Task item ->
Find how many lines of the listing below include the word "DIRECTION", then report the number by itself.

Data section ->
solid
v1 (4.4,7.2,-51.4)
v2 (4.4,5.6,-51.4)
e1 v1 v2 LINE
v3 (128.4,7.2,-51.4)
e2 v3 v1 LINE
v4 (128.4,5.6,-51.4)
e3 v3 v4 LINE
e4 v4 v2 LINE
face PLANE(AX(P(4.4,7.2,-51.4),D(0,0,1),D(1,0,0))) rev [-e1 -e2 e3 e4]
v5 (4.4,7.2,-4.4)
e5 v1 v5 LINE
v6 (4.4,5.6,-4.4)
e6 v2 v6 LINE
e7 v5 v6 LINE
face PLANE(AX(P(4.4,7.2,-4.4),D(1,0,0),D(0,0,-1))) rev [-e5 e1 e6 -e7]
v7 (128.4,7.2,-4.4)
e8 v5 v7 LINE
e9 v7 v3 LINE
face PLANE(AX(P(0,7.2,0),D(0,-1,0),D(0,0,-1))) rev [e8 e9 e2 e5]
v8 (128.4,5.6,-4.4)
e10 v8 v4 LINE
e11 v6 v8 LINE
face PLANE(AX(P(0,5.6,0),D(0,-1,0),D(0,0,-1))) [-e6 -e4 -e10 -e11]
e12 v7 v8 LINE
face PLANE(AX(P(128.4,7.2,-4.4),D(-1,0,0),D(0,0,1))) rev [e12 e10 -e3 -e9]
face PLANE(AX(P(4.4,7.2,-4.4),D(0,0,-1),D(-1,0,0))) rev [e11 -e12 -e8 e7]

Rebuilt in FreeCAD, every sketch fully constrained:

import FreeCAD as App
import Part
import Sketcher

V = App.Vector

doc = App.newDocument("Part")
body = doc.addObject("PartDesign::Body", "Body")

# Sketch on XZ plane
sketch1 = body.newObject("Sketcher::SketchObject", "Sketch")
sketch1.AttachmentSupport = (doc.getObject("XZ_Plane"), [""])
sketch1.MapMode = "FlatFace"
sketch1.AttachmentOffset = App.Placement(V(0, 0, -5.6), App.Rotation())
sketch1.addGeometry(Part.LineSegment(V(4.4, -51.4, 0), V(4.4, -4.4, 0)), False)
sketch1.addGeometry(Part.LineSegment(V(4.4, -4.4, 0), V(128.4, -4.4, 0)), False)
sketch1.addGeometry(Part.LineSegment(V(128.4, -4.4, 0), V(128.4, -51.4, 0)), False)
sketch1.addGeometry(Part.LineSegment(V(128.4, -51.4, 0), V(4.4, -51.4, 0)), False)
sketch1.addConstraint(Sketcher.Constraint("Coincident", 0, 2, 1, 1))
sketch1.addConstraint(Sketcher.Constraint("Coincident", 1, 2, 2, 1))
sketch1.addConstraint(Sketcher.Constraint("Coincident", 2, 2, 3, 1))
sketch1.addConstraint(Sketcher.Constraint("Coincident", 3, 2, 0, 1))
sketch1.addConstraint(Sketcher.Constraint("Vertical", 0))
sketch1.addConstraint(Sketcher.Constraint("Horizontal", 1))
sketch1.addConstraint(Sketcher.Constraint("Vertical", 2))
sketch1.addConstraint(Sketcher.Constraint("Horizontal", 3))
sketch1.addConstraint(Sketcher.Constraint("DistanceX", 1, 1, 1, 2, 124.0))
sketch1.addConstraint(Sketcher.Constraint("DistanceY", 0, 1, 0, 2, 47.0))
sketch1.addConstraint(Sketcher.Constraint("DistanceX", -1, 1, 0, 2, 4.4))
sketch1.addConstraint(Sketcher.Constraint("DistanceY", 0, 2, -1, 1, 4.4))
pad1 = body.newObject("PartDesign::Pad", "Pad")
pad1.Profile = sketch1
pad1.Length = 1.6
pad1.Reversed = True

doc.recompute()
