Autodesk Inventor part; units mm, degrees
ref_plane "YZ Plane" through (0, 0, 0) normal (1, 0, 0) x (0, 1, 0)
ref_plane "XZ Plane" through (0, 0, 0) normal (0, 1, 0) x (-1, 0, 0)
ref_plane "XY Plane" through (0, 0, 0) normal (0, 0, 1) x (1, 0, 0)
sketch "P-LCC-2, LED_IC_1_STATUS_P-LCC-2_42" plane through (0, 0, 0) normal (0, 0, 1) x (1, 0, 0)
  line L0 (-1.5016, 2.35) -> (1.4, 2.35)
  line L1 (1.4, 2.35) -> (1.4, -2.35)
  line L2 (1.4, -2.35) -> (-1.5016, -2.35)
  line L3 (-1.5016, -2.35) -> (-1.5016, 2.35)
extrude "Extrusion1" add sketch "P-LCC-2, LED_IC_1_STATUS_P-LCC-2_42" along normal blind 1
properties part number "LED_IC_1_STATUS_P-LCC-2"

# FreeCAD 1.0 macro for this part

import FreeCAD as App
import Part
import Sketcher

V = App.Vector

doc = App.newDocument("Part")
params = doc.addObject("Spreadsheet::Sheet", "Params")
for row, (alias, value) in enumerate([
    ("sketch1_height", "4.7 mm"),
    ("pad1_length", "1 mm"),
], start=1):
    params.set(f"A{row}", alias)
    params.set(f"B{row}", "=" + value)
    params.setAlias(f"B{row}", alias)

body = doc.addObject("PartDesign::Body", "Body")

sketch1 = body.newObject("Sketcher::SketchObject", "Sketch")
sketch1.AttachmentSupport = (doc.getObject("XY_Plane"), [""])
sketch1.MapMode = "FlatFace"
sketch1.addGeometry(Part.LineSegment(V(1.4, 2.4, 0), V(-1.5, 2.4, 0)), False)
sketch1.addGeometry(Part.LineSegment(V(-1.5, 2.4, 0), V(-1.5, -2.4, 0)), False)
sketch1.addGeometry(Part.LineSegment(V(-1.5, -2.4, 0), V(1.4, -2.4, 0)), False)
sketch1.addGeometry(Part.LineSegment(V(1.4, -2.4, 0), V(1.4, 2.4, 0)), False)
sketch1.addConstraint(Sketcher.Constraint("Coincident", 0, 2, 1, 1))
sketch1.addConstraint(Sketcher.Constraint("Coincident", 1, 2, 2, 1))
sketch1.addConstraint(Sketcher.Constraint("Coincident", 2, 2, 3, 1))
sketch1.addConstraint(Sketcher.Constraint("Coincident", 3, 2, 0, 1))
sketch1.addConstraint(Sketcher.Constraint("Horizontal", 0))
sketch1.addConstraint(Sketcher.Constraint("Vertical", 1))
sketch1.addConstraint(Sketcher.Constraint("Horizontal", 2))
sketch1.addConstraint(Sketcher.Constraint("Vertical", 3))
sketch1.addConstraint(Sketcher.Constraint("DistanceY", 1, 2, 1, 1, 4.7))
sketch1.addConstraint(Sketcher.Constraint("DistanceX", -1, 1, 2, 2, 1.4))
sketch1.addConstraint(Sketcher.Constraint("DistanceY", -1, 1, 0, 2, 2.35))
sketch1.addConstraint(Sketcher.Constraint("DistanceX", 0, 2, 0, 1, 2.9016))
sketch1.setExpression("Constraints[8]", "Params.sketch1_height")
pad1 = body.newObject("PartDesign::Pad", "Pad")
pad1.Profile = sketch1
pad1.setExpression("Length", "Params.pad1_length")

doc.recompute()
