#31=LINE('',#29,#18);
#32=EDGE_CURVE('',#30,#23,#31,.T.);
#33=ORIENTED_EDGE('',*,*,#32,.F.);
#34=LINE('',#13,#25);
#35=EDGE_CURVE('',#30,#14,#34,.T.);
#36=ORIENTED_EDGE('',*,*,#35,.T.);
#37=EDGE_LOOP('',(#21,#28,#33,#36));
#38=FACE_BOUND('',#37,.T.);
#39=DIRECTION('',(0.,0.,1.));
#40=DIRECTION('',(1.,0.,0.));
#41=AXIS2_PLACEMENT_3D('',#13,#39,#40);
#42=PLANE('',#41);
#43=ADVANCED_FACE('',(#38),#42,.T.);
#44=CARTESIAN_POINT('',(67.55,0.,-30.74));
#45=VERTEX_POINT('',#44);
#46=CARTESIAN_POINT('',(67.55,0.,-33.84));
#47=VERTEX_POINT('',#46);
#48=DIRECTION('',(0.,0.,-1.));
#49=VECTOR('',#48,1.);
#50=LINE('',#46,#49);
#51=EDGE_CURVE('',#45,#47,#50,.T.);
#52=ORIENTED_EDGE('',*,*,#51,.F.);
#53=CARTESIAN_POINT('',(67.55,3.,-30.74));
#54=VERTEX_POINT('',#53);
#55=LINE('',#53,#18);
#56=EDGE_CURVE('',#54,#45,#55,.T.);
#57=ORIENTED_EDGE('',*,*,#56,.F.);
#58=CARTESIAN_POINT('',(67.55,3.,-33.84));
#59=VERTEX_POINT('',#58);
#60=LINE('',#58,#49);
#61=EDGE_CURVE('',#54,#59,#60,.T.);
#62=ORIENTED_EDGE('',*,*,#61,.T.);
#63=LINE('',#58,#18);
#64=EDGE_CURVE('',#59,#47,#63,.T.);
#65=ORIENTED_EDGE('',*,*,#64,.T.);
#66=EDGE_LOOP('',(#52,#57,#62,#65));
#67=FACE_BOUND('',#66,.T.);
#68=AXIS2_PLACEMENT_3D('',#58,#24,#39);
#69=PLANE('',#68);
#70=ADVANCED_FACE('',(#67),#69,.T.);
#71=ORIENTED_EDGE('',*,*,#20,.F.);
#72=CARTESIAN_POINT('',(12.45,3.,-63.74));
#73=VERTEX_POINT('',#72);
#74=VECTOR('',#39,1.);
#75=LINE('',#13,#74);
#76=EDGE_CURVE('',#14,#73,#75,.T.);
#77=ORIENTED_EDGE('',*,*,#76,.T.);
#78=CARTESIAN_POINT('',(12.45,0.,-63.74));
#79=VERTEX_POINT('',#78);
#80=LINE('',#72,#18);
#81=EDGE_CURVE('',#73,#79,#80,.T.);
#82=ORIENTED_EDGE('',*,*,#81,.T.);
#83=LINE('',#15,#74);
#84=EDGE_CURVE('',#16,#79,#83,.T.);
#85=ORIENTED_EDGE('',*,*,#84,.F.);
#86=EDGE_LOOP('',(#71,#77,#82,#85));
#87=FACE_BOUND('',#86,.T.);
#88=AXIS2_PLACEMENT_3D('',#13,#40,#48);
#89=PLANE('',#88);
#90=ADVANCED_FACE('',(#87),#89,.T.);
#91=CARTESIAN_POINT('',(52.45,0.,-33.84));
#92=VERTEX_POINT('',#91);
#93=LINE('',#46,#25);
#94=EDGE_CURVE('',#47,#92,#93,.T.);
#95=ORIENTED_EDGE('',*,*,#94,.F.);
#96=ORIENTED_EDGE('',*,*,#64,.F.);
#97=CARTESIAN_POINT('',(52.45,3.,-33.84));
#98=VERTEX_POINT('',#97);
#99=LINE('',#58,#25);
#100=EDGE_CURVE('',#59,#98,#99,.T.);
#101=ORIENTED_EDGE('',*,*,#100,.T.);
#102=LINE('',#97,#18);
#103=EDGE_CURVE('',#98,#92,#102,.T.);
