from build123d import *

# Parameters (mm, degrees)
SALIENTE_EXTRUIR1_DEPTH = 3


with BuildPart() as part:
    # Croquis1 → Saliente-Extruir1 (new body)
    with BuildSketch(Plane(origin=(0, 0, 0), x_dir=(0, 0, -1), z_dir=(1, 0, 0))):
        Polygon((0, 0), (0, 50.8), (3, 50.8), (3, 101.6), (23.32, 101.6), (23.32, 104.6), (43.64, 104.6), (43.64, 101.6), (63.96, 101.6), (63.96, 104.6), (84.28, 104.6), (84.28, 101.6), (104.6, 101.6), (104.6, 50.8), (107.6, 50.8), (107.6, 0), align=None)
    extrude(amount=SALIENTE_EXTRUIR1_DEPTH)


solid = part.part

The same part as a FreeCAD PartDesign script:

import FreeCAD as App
import Part
import Sketcher
from FreeCAD import Vector
Q = App.Units.Quantity

doc = App.newDocument("Part")
params = doc.addObject("Spreadsheet::Sheet", "Params")
for row, (alias, value) in enumerate([
    ("sketch1_width", "3 mm"),
    ("sketch1_width2", "50.8 mm"),
    ("sketch1_height", "107.6 mm"),
    ("pad1_length", "3 mm"),
], start=1):
    params.set(f"A{row}", alias)
    params.set(f"B{row}", "=" + value)
    params.setAlias(f"B{row}", alias)

body = doc.addObject("PartDesign::Body", "Body")

sketch1 = body.newObject("Sketcher::SketchObject", "Sketch")
sketch1.AttachmentSupport = (doc.getObject("YZ_Plane"), [""])
sketch1.MapMode = "FlatFace"
sketch1.addGeometry(Part.LineSegment(Vector(50.8, 0, 0), Vector(0, 0, 0)), False)
sketch1.addGeometry(Part.LineSegment(Vector(0, 0, 0), Vector(0, -107.6, 0)), False)
sketch1.addGeometry(Part.LineSegment(Vector(0, -107.6, 0), Vector(50.8, -107.6, 0)), False)
sketch1.addGeometry(Part.LineSegment(Vector(50.8, -107.6, 0), Vector(50.8, -104.6, 0)), False)
sketch1.addGeometry(Part.LineSegment(Vector(50.8, -104.6, 0), Vector(101.6, -104.6, 0)), False)
sketch1.addGeometry(Part.LineSegment(Vector(101.6, -104.6, 0), Vector(101.6, -84.28, 0)), False)
sketch1.addGeometry(Part.LineSegment(Vector(101.6, -84.28, 0), Vector(104.6, -84.28, 0)), False)
sketch1.addGeometry(Part.LineSegment(Vector(104.6, -84.28, 0), Vector(104.6, -63.96, 0)), False)
sketch1.addGeometry(Part.LineSegment(Vector(104.6, -63.96, 0), Vector(101.6, -63.96, 0)), False)
sketch1.addGeometry(Part.LineSegment(Vector(101.6, -63.96, 0), Vector(101.6, -43.64, 0)), False)
sketch1.addGeometry(Part.LineSegment(Vector(101.6, -43.64, 0), Vector(104.6, -43.64, 0)), False)
sketch1.addGeometry(Part.LineSegment(Vector(104.6, -43.64, 0), Vector(104.6, -23.32, 0)), False)
sketch1.addGeometry(Part.LineSegment(Vector(104.6, -23.32, 0), Vector(101.6, -23.32, 0)), False)
sketch1.addGeometry(Part.LineSegment(Vector(101.6, -23.32, 0), Vector(101.6, -3, 0)), False)
sketch1.addGeometry(Part.LineSegment(Vector(101.6, -3, 0), Vector(50.8, -3, 0)), False)
sketch1.addGeometry(Part.LineSegment(Vector(50.8, -3, 0), Vector(50.8, 0, 0)), False)
sketch1.addConstraint(Sketcher.Constraint("Coincident", 0, 2, 1, 1))
sketch1.addConstraint(Sketcher.Constraint("Coincident", 1, 2, 2, 1))
sketch1.addConstraint(Sketcher.Constraint("Coincident", 2, 2, 3, 1))
sketch1.addConstraint(Sketcher.Constraint("Coincident", 3, 2, 4, 1))
sketch1.addConstraint(Sketcher.Constraint("Coincident", 4, 2, 5, 1))
sketch1.addConstraint(Sketcher.Constraint("Coincident", 5, 2, 6, 1))
sketch1.addConstraint(Sketcher.Constraint("Coincident", 6, 2, 7, 1))
sketch1.addConstraint(Sketcher.Constraint("Coincident", 7, 2, 8, 1))
sketch1.addConstraint(Sketcher.Constraint("Coincident", 8, 2, 9, 1))
sketch1.addConstraint(Sketcher.Constraint("Coincident", 9, 2, 10, 1))
sketch1.addConstraint(Sketcher.Constraint("Coincident", 10, 2, 11, 1))
sketch1.addConstraint(Sketcher.Constraint("Coincident", 11, 2, 12, 1))
sketch1.addConstraint(Sketcher.Constraint("Coincident", 12, 2, 13, 1))
sketch1.addConstraint(Sketcher.Constraint("Coincident", 13, 2, 14, 1))
sketch1.addConstraint(Sketcher.Constraint("Coincident", 14, 2, 15, 1))
sketch1.addConstraint(Sketcher.Constraint("Coincident", 15, 2, 0, 1))
sketch1.addConstraint(Sketcher.Constraint("Horizontal", 0))
sketch1.addConstraint(Sketcher.Constraint("Vertical", 1))
sketch1.addConstraint(Sketcher.Constraint("Horizontal", 2))
sketch1.addConstraint(Sketcher.Constraint("Vertical", 3))
sketch1.addConstraint(Sketcher.Constraint("Horizontal", 4))
sketch1.addConstraint(Sketcher.Constraint("Vertical", 5))
sketch1.addConstraint(Sketcher.Constraint("Horizontal", 6))
sketch1.addConstraint(Sketcher.Constraint("Vertical", 7))
sketch1.addConstraint(Sketcher.Constraint("Horizontal", 8))
sketch1.addConstraint(Sketcher.Constraint("Vertical", 9))
sketch1.addConstraint(Sketcher.Constraint("Horizontal", 10))
sketch1.addConstraint(Sketcher.Constraint("Vertical", 11))
sketch1.addConstraint(Sketcher.Constraint("Horizontal", 12))
sketch1.addConstraint(Sketcher.Constraint("Vertical", 13))
sketch1.addConstraint(Sketcher.Constraint("Horizontal", 14))
sketch1.addConstraint(Sketcher.Constraint("Vertical", 15))
sketch1.addConstraint(Sketcher.Constraint("Coincident", 0, 2, -1, 1))
sketch1.addConstraint(Sketcher.Constraint("Vertical", 5, 2, 8, 2))
sketch1.addConstraint(Sketcher.Constraint("Vertical", 7, 2, 10, 2))
sketch1.addConstraint(Sketcher.Constraint("Vertical", 9, 2, 12, 2))
sketch1.addConstraint(Sketcher.Constraint("Vertical", 3, 2, 14, 2))
sketch1.addConstraint(Sketcher.Constraint("Equal", 2, 4))
sketch1.addConstraint(Sketcher.Constraint("Equal", 12, 3))
sketch1.addConstraint(Sketcher.Constraint("Equal", 5, 7))
sketch1.addConstraint(Sketcher.Constraint("Equal", 7, 9))
sketch1.addConstraint(Sketcher.Constraint("Equal", 9, 11))
sketch1.addConstraint(Sketcher.Constraint("Equal", 11, 13))
sketch1.addConstraint(Sketcher.Constraint("Equal", 3, 15))
sketch1.addConstraint(Sketcher.Constraint("DistanceX", 6, 1, 6, 2, Q("3 mm")))
sketch1.addConstraint(Sketcher.Constraint("DistanceX", 0, 2, 0, 1, Q("50.8 mm")))
sketch1.addConstraint(Sketcher.Constraint("DistanceY", 1, 2, 1, 1, Q("107.6 mm")))
sketch1.setExpression("Constraints[44]", "Params.sketch1_width")
sketch1.setExpression("Constraints[45]", "Params.sketch1_width2")
sketch1.setExpression("Constraints[46]", "Params.sketch1_height")
pad1 = body.newObject("PartDesign::Pad", "Pad")
pad1.Profile = sketch1
pad1.setExpression("Length", "Params.pad1_length")

doc.recompute()
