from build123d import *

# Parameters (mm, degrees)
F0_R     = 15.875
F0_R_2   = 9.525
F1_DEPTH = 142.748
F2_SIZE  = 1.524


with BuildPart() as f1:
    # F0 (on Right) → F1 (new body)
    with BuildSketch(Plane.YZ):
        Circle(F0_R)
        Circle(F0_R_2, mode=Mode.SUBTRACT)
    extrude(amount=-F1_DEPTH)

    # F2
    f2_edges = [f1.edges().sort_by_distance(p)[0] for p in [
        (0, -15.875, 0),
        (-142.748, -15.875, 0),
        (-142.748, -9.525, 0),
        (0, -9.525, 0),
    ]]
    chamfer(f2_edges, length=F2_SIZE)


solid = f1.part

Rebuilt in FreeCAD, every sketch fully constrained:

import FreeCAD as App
import Part
import Sketcher
Q = App.Units.Quantity


def edges_at(feature, points):
    """Names of the edges that pass closest to the given points."""
    edges = feature.Shape.Edges
    near = lambda p: min(range(len(edges)), key=lambda i: edges[i].distToShape(Part.Vertex(*p))[0])
    return sorted({f"Edge{near(p) + 1}" for p in points})

doc = App.newDocument("Part")
body = doc.addObject("PartDesign::Body", "Body")

# Sketch on YZ plane
sketch1 = body.newObject("Sketcher::SketchObject", "Sketch")
sketch1.AttachmentSupport = (doc.getObject("YZ_Plane"), [""])
sketch1.MapMode = "FlatFace"
sketch1.addGeometry(Part.Circle(App.Vector(0, 0, 0), App.Vector(0, 0, 1), 16), False)
sketch1.addGeometry(Part.Circle(App.Vector(0, 0, 0), App.Vector(0, 0, 1), 10), False)
sketch1.addConstraint(Sketcher.Constraint("Coincident", 0, 3, -1, 1))
sketch1.addConstraint(Sketcher.Constraint("Coincident", 1, 3, -1, 1))
sketch1.addConstraint(Sketcher.Constraint("Diameter", 0, Q("1.25 in")))
sketch1.addConstraint(Sketcher.Constraint("Diameter", 1, Q("0.75 in")))
pad1 = body.newObject("PartDesign::Pad", "Pad")
pad1.Profile = sketch1
pad1.Length = Q("5.62 in")
pad1.Reversed = True
doc.recompute()

chamfer = body.newObject("PartDesign::Chamfer", "Chamfer")
chamfer.Base = (pad1, edges_at(pad1, [
    (0, -15.875, 0),
    (-142.748, -15.875, 0),
    (-142.748, -9.525, 0),
    (0, -9.525, 0),
]))
chamfer.Size = Q("0.06 in")

doc.recompute()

Answer for this exercise ->
3